Collected data
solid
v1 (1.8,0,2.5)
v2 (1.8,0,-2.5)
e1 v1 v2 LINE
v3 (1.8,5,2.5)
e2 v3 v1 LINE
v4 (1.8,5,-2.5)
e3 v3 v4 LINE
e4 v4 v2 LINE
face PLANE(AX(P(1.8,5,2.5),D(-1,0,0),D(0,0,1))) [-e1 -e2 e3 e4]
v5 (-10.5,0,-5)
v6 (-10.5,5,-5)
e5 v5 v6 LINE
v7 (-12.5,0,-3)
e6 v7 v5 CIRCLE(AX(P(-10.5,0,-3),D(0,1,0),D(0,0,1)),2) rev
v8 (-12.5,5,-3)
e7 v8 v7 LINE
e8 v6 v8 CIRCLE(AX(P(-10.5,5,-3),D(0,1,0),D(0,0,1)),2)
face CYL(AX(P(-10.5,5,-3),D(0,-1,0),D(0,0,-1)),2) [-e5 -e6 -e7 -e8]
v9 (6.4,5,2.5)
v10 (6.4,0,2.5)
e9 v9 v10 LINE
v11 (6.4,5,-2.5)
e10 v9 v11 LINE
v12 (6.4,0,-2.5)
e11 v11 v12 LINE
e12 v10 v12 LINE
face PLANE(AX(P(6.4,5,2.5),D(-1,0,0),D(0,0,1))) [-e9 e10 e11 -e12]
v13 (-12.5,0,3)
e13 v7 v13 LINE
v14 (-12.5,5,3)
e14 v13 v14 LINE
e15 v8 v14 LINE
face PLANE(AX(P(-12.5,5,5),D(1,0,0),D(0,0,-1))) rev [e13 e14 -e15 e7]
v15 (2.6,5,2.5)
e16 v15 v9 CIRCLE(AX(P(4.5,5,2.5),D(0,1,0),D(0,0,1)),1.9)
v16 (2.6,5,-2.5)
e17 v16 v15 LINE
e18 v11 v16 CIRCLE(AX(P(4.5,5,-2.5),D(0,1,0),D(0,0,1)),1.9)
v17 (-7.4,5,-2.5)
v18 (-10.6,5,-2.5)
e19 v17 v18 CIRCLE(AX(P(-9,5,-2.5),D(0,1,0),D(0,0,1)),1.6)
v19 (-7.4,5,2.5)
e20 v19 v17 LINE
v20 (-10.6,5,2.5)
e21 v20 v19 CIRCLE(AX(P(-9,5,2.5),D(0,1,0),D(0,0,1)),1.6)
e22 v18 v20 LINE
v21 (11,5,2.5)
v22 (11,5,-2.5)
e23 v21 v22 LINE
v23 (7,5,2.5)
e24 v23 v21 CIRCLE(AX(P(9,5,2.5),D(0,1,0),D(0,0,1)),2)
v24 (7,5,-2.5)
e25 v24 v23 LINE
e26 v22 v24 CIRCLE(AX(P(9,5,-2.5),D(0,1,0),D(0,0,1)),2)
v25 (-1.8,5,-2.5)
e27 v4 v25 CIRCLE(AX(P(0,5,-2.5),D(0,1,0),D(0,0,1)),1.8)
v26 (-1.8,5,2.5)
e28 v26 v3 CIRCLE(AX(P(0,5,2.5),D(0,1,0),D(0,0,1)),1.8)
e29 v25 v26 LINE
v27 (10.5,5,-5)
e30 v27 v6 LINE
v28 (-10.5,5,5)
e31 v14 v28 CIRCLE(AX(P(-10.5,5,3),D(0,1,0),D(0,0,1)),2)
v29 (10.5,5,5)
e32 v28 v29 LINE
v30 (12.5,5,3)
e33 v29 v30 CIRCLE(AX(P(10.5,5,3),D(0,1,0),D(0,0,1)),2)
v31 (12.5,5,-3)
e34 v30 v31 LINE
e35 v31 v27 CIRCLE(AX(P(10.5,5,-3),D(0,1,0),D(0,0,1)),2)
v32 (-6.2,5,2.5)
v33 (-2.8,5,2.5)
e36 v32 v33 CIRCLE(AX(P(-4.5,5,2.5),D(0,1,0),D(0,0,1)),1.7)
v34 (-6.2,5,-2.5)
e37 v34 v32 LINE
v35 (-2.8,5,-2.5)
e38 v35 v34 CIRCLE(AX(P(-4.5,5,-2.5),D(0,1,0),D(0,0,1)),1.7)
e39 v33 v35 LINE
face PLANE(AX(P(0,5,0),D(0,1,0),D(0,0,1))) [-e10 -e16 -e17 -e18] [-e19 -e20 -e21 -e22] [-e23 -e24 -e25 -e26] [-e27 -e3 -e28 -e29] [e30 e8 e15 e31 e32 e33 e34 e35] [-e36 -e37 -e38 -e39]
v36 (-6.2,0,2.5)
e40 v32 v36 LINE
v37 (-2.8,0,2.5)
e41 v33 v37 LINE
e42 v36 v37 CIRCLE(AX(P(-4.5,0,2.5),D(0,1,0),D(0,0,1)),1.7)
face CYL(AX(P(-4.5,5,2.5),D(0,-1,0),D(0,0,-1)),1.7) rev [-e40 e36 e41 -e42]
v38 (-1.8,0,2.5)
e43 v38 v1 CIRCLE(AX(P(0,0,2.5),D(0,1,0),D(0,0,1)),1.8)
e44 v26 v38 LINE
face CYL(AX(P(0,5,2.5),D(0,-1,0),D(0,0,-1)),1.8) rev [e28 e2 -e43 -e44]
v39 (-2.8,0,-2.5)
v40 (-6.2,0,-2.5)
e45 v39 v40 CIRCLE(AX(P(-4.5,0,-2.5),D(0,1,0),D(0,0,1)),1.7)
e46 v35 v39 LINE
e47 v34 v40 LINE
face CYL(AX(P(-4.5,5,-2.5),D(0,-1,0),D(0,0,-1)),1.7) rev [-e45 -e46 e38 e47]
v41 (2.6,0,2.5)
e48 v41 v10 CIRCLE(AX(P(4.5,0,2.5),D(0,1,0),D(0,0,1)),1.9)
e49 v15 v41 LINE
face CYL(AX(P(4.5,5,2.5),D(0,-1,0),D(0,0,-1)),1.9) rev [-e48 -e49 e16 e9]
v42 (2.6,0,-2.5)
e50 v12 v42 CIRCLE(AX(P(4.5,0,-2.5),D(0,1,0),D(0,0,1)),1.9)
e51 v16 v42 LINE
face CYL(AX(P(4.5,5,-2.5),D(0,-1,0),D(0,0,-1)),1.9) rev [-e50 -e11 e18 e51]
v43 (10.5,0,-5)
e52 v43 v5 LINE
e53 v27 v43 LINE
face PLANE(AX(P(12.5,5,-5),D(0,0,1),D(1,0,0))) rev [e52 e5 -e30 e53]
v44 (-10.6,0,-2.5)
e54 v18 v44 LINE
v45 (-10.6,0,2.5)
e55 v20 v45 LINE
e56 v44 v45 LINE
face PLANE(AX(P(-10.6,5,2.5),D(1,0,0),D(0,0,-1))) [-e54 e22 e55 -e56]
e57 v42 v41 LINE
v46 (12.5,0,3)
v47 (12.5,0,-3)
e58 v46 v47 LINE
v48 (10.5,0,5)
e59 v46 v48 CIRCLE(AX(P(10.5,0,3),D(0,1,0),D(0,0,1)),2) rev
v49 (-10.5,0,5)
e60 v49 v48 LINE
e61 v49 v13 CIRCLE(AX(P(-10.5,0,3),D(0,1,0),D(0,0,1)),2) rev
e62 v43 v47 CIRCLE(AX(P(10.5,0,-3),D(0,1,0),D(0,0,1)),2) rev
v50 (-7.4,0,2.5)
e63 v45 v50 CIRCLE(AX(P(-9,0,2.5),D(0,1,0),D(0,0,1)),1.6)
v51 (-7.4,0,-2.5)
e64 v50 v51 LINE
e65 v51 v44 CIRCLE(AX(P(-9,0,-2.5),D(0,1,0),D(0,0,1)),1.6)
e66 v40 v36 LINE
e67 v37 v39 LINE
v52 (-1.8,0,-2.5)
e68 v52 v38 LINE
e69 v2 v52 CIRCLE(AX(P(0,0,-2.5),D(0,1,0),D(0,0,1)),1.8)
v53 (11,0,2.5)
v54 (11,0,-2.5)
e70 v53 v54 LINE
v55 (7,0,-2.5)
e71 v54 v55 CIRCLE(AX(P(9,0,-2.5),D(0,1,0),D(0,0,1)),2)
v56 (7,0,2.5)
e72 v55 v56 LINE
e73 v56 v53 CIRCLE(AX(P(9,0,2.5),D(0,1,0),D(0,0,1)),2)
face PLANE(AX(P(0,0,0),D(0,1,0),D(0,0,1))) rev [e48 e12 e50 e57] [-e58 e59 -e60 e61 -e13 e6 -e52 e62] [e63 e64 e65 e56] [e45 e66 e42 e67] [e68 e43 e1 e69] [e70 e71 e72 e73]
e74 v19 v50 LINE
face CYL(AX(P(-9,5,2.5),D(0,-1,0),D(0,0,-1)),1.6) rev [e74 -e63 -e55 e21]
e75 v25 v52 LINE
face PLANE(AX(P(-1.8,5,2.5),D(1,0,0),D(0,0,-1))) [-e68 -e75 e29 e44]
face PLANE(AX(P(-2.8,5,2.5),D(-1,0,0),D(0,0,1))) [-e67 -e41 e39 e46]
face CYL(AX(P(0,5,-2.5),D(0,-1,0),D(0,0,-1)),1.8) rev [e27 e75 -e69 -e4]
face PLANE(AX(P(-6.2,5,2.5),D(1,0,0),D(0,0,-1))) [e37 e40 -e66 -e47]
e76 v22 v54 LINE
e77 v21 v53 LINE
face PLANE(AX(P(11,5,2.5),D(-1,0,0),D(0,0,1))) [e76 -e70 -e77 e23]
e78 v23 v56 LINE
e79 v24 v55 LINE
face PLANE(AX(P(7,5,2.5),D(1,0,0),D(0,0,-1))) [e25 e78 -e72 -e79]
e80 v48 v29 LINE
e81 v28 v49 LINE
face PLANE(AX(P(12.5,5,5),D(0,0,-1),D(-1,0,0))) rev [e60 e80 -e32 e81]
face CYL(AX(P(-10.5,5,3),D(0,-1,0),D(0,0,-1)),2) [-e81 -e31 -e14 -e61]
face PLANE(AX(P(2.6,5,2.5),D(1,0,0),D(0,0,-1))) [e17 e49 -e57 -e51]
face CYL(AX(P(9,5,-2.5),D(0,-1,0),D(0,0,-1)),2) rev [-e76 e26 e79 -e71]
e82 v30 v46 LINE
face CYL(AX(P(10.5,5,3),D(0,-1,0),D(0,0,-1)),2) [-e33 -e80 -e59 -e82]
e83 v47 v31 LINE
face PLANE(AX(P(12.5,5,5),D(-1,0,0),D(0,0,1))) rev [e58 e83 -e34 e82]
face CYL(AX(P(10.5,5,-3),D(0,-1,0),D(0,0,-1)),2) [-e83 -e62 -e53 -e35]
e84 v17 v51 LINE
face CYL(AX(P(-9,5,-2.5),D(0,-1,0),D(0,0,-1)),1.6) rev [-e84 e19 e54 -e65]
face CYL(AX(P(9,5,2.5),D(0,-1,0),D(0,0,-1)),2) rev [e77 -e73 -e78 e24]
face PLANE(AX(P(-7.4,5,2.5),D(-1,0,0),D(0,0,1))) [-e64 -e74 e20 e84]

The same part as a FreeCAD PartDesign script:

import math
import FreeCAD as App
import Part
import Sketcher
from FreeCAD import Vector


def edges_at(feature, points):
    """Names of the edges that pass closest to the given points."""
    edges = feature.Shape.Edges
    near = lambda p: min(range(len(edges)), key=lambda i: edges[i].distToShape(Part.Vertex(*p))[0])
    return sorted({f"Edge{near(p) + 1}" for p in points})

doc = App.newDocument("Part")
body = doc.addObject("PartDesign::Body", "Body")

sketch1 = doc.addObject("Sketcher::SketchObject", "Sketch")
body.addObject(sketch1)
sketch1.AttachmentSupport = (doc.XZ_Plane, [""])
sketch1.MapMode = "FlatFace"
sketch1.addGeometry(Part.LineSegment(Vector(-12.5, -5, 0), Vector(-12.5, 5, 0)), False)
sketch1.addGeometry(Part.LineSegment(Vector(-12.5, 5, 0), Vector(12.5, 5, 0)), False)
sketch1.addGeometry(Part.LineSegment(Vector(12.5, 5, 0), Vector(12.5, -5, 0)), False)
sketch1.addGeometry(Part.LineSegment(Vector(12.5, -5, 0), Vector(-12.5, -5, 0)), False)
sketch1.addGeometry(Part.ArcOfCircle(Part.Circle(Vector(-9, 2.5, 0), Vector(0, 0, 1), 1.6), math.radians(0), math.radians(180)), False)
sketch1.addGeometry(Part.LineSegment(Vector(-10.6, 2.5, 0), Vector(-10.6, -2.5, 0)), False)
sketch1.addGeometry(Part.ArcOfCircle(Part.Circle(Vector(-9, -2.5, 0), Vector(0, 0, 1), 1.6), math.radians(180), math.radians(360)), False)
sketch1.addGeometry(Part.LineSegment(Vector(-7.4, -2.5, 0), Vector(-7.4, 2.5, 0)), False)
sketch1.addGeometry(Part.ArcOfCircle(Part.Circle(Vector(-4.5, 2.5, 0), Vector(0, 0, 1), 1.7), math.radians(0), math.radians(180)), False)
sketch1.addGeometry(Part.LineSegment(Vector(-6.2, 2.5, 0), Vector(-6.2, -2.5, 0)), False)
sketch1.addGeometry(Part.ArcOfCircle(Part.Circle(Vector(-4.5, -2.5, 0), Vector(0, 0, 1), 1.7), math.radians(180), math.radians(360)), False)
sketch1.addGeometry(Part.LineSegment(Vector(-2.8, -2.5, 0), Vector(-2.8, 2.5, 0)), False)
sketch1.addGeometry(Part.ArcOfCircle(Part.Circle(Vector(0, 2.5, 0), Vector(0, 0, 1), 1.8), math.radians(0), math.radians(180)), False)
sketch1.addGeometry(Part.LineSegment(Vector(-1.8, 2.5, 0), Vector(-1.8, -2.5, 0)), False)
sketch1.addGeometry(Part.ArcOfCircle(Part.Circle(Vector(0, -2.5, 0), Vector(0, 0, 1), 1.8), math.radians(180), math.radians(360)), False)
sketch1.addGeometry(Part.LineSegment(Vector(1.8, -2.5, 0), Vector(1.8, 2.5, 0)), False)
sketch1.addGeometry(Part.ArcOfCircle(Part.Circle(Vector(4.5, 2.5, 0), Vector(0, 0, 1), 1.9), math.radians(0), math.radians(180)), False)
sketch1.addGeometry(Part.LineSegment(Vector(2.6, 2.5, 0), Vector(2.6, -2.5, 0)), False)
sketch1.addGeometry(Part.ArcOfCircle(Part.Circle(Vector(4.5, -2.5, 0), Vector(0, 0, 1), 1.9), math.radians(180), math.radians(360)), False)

EXERCISE BRIEF: All lines from the beginning of the entries through the line marked "v18 (-10.6,5,-2.5)" are to be output exactly; nothing else belongs in the answer.

ANSWER FOR THE TASK:
solid
v1 (1.8,0,2.5)
v2 (1.8,0,-2.5)
e1 v1 v2 LINE
v3 (1.8,5,2.5)
e2 v3 v1 LINE
v4 (1.8,5,-2.5)
e3 v3 v4 LINE
e4 v4 v2 LINE
face PLANE(AX(P(1.8,5,2.5),D(-1,0,0),D(0,0,1))) [-e1 -e2 e3 e4]
v5 (-10.5,0,-5)
v6 (-10.5,5,-5)
e5 v5 v6 LINE
v7 (-12.5,0,-3)
e6 v7 v5 CIRCLE(AX(P(-10.5,0,-3),D(0,1,0),D(0,0,1)),2) rev
v8 (-12.5,5,-3)
e7 v8 v7 LINE
e8 v6 v8 CIRCLE(AX(P(-10.5,5,-3),D(0,1,0),D(0,0,1)),2)
face CYL(AX(P(-10.5,5,-3),D(0,-1,0),D(0,0,-1)),2) [-e5 -e6 -e7 -e8]
v9 (6.4,5,2.5)
v10 (6.4,0,2.5)
e9 v9 v10 LINE
v11 (6.4,5,-2.5)
e10 v9 v11 LINE
v12 (6.4,0,-2.5)
e11 v11 v12 LINE
e12 v10 v12 LINE
face PLANE(AX(P(6.4,5,2.5),D(-1,0,0),D(0,0,1))) [-e9 e10 e11 -e12]
v13 (-12.5,0,3)
e13 v7 v13 LINE
v14 (-12.5,5,3)
e14 v13 v14 LINE
e15 v8 v14 LINE
face PLANE(AX(P(-12.5,5,5),D(1,0,0),D(0,0,-1))) rev [e13 e14 -e15 e7]
v15 (2.6,5,2.5)
e16 v15 v9 CIRCLE(AX(P(4.5,5,2.5),D(0,1,0),D(0,0,1)),1.9)
v16 (2.6,5,-2.5)
e17 v16 v15 LINE
e18 v11 v16 CIRCLE(AX(P(4.5,5,-2.5),D(0,1,0),D(0,0,1)),1.9)
v17 (-7.4,5,-2.5)
v18 (-10.6,5,-2.5)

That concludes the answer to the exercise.